I must have raised my 22 year old son poorly. The young man has grown up to be a conservative. His mother and I just shake our heads. It must be that fraternity house that he has been living in for the last four years at the University of Minnesota. His tuition and room and board have been partially paid for by his bus driving, union member grandfather who was also a democrat. The union guy's grandson is a conservative. What a trader. :huh:


----------



## cootkiller (Oct 23, 2002)

Fetch, you truly show your lack of intellect when you state that you 'Look up to" George W. Bush and Rush Limbaugh.
A mental neanderthal puppet and a druggy, that's who I want as role models.

Anyone who trusts in the quotes of a bunch of frenchmen needs a screw or two tightened.

Nobody can truly be totally liberal or totally conservative, it goes against the human reflex of self-preservation.
Wether it is yuppie college freaks thinking that what they think really matters or political fatcats who can't get a piece cause they are too fat and busy counting their money, either way both groups will exhibit behaviors of both liberalism and conservatism.

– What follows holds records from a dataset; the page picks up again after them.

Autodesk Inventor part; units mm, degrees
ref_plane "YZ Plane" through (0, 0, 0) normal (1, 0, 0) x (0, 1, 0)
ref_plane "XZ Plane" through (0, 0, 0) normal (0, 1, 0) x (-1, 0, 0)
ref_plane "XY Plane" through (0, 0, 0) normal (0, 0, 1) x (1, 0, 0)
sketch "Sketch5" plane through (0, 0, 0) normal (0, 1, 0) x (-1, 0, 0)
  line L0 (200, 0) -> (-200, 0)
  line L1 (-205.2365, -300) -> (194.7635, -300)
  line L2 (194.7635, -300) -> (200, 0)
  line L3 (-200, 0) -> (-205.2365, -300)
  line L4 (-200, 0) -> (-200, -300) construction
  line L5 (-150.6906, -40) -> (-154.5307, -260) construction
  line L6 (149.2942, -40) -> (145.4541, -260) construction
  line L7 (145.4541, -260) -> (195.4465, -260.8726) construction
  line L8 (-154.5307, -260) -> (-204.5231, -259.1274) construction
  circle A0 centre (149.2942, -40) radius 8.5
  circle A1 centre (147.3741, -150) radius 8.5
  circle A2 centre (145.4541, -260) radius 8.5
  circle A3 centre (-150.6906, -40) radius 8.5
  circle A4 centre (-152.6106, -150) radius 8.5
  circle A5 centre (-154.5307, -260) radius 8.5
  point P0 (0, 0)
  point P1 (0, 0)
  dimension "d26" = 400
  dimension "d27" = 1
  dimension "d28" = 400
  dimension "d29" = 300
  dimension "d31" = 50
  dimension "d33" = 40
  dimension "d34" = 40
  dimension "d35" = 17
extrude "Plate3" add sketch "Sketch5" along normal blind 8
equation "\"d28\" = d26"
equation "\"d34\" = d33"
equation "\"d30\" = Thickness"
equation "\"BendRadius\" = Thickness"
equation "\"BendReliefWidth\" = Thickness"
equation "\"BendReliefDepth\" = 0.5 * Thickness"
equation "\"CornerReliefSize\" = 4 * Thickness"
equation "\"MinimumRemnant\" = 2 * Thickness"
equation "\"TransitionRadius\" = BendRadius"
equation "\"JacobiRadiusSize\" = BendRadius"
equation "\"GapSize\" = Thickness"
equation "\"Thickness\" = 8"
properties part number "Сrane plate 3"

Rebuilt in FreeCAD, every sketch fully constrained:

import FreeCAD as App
import Part
import Sketcher

V = App.Vector
Q = App.Units.Quantity

doc = App.newDocument("Part")
body = doc.addObject("PartDesign::Body", "Body")

# Sketch on XZ plane
sketch1 = doc.addObject("Sketcher::SketchObject", "Sketch")
body.addObject(sketch1)
sketch1.AttachmentSupport = (doc.XZ_Plane, [""])
sketch1.MapMode = "FlatFace"
sketch1.addGeometry(Part.LineSegment(V(-194.7635, -300, 0), V(-200, 0, 0)), False)
sketch1.addGeometry(Part.LineSegment(V(-200, 0, 0), V(200, 0, 0)), False)
sketch1.addGeometry(Part.LineSegment(V(200, 0, 0), V(205.2365, -300, 0)), False)
sketch1.addGeometry(Part.LineSegment(V(205.2365, -300, 0), V(-194.7635, -300, 0)), False)
sketch1.addGeometry(Part.Circle(V(154.5307, -260, 0), V(0, 0, 1), 8.5), False)
sketch1.addGeometry(Part.Circle(V(-145.4541, -260, 0), V(0, 0, 1), 8.5), False)
sketch1.addGeometry(Part.Circle(V(152.6106, -150, 0), V(0, 0, 1), 8.5), False)
sketch1.addGeometry(Part.Circle(V(150.6906, -40, 0), V(0, 0, 1), 8.5), False)
sketch1.addGeometry(Part.Circle(V(-147.3741, -150, 0), V(0, 0, 1), 8.5), False)
sketch1.addGeometry(Part.Circle(V(-149.2942, -40, 0), V(0, 0, 1), 8.5), False)
sketch1.addConstraint(Sketcher.Constraint("Coincident", 0, 2, 1, 1))
sketch1.addConstraint(Sketcher.Constraint("Coincident", 1, 2, 2, 1))
sketch1.addConstraint(Sketcher.Constraint("Coincident", 2, 2, 3, 1))
sketch1.addConstraint(Sketcher.Constraint("Coincident", 3, 2, 0, 1))
sketch1.addConstraint(Sketcher.Constraint("Horizontal", 1))
sketch1.addConstraint(Sketcher.Constraint("Horizontal", 3))
sketch1.addConstraint(Sketcher.Constraint("Equal", 4, 5))
sketch1.addConstraint(Sketcher.Constraint("Equal", 5, 6))
sketch1.addConstraint(Sketcher.Constraint("Equal", 6, 7))
sketch1.addConstraint(Sketcher.Constraint("Equal", 7, 8))
sketch1.addConstraint(Sketcher.Constraint("Equal", 8, 9))
sketch1.addConstraint(Sketcher.Constraint("Symmetric", 0, 2, 1, 2, -1, 1))
sketch1.addConstraint(Sketcher.Constraint("Parallel", 0, 2))
sketch1.addConstraint(Sketcher.Constraint("Horizontal", 4, 3, 5, 3))
sketch1.addConstraint(Sketcher.Constraint("Horizontal", 6, 3, 8, 3))
sketch1.addConstraint(Sketcher.Constraint("Horizontal", 7, 3, 9, 3))
sketch1.addConstraint(Sketcher.Constraint("Diameter", 4, Q("17 mm")))
sketch1.addConstraint(Sketcher.Constraint("DistanceX", 1, 1, 1, 2, Q("400 mm")))
sketch1.addConstraint(Sketcher.Constraint("DistanceY", 7, 3, -1, 1, Q("40 mm")))
sketch1.addConstraint(Sketcher.Constraint("DistanceY", 2, 2, -1, 1, Q("300 mm")))
sketch1.addConstraint(Sketcher.Constraint("DistanceY", 2, 2, 4, 3, Q("40 mm")))
sketch1.addConstraint(Sketcher.Constraint("Angle", 0, Q("91 deg")))
sketch1.addConstraint(Sketcher.Constraint("DistanceY", 6, 3, -1, 1, Q("150 mm")))
sketch1.addConstraint(Sketcher.Constraint("DistanceX", 6, 3, 4, 3, Q("1.92 mm")))
sketch1.addConstraint(Sketcher.Constraint("DistanceX", 7, 3, 6, 3, Q("1.92 mm")))
sketch1.addConstraint(Sketcher.Constraint("DistanceX", 8, 3, 5, 3, Q("1.92 mm")))
sketch1.addConstraint(Sketcher.Constraint("DistanceX", 9, 3, 8, 3, Q("1.92 mm")))
sketch1.addConstraint(Sketcher.Constraint("DistanceX", 5, 3, -1, 1, Q("145.454 mm")))
sketch1.addConstraint(Sketcher.Constraint("DistanceX", 9, 3, 4, 3, Q("303.825 mm")))
pad1 = doc.addObject("PartDesign::Pad", "Pad")
body.addObject(pad1)
pad1.Profile = sketch1
pad1.Length = 8
pad1.Reversed = True

doc.recompute()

And by the way, what the heck does this have to do with Hunting and or Fishing.

P.S.
I would like to dedicate this thread to George W. Bush and Gov. Hoeven as I hum the melody of "Happy Trails To You" as both will be leaving office come this November, Bye bye.

cootkiller


----------



## Bobm (Aug 26, 2003)

Perry as a good conservative your son will not leave you to the mercy of the crumbling social security program as you age, I'm sure he will make you proud by being one of the many people in this country that really want to actaully fix the things that are wrong with our system, rather than preserve them for their political benefit. 
Government has no incentive to actually solve problems because if they get solved we don't need them(government programs) anymore. Goverment by definition must have dependent people so the design programs to create them and then use these programs to stay in power.


----------



## BigDaddy (Mar 4, 2002)

Bobm, this thread started as on observation about the "liberal"-looking students on college campuses. I raised some questions earlier in this thread that you still haven't answered.

You equate liberalism to support for big government. I equate liberalism to tolerance for diversity, social consciousness, and the desire to change things for the better.

Again, I ask, what about my definition of "liberal" do you not support? Isn't this the type of young person that we should want to have?


----------



## Fetch (Mar 1, 2002)

Coot - your the one once again showing your lack of the forementioned :roll:

I just asked who is there ??? is Powell a true Rep. ??? Rice is OK but not enough back ground or expirence (But look at GW ) :roll:

I would rather have a good delegator - that picks good people, than a dictator :-? or know it all :roll: or Old Fart 

Muzzy I agree with that old saying - But I do believe it shifts back again depending on your income bracket & heart (& weather you truely learned anything in life) :wink: & thank goodness it has all these years (went back & forth) maybe thats why this expirment has worked ??? Just like that other old saying, Our Political System Sucks but is better than any other in the world :wink:

Coot - I'm a equal opportunity basher of politics & politicians - they all STINK up everything :******:


----------



## Buckshot (Nov 5, 2003)

Bigdaddy: Tolerant of other cultures? Why can't they be tolerant of my culture? If two gays want to live together I can turn a blind eye. If after forty years, one partner dies, the other should be entitled to survivors benefits. Thats tolerant on my part. Now, whats with the in-your-face, I'm going to ram it down your throat, and make you sh*t it out the other end attitude (this goes for many other activist views eg. animal-rights, feminist, environmentalist) about gays needing to infringe upon the sanctity of marriage. Can't they tolerate straights having a culture? As of right now, I'm not in support of a Constitutional ammendment defining marriage, but we could be left with no other option. If activist judges are going to start making laws instead of interperting them as they should, it is the only way to override their decisions.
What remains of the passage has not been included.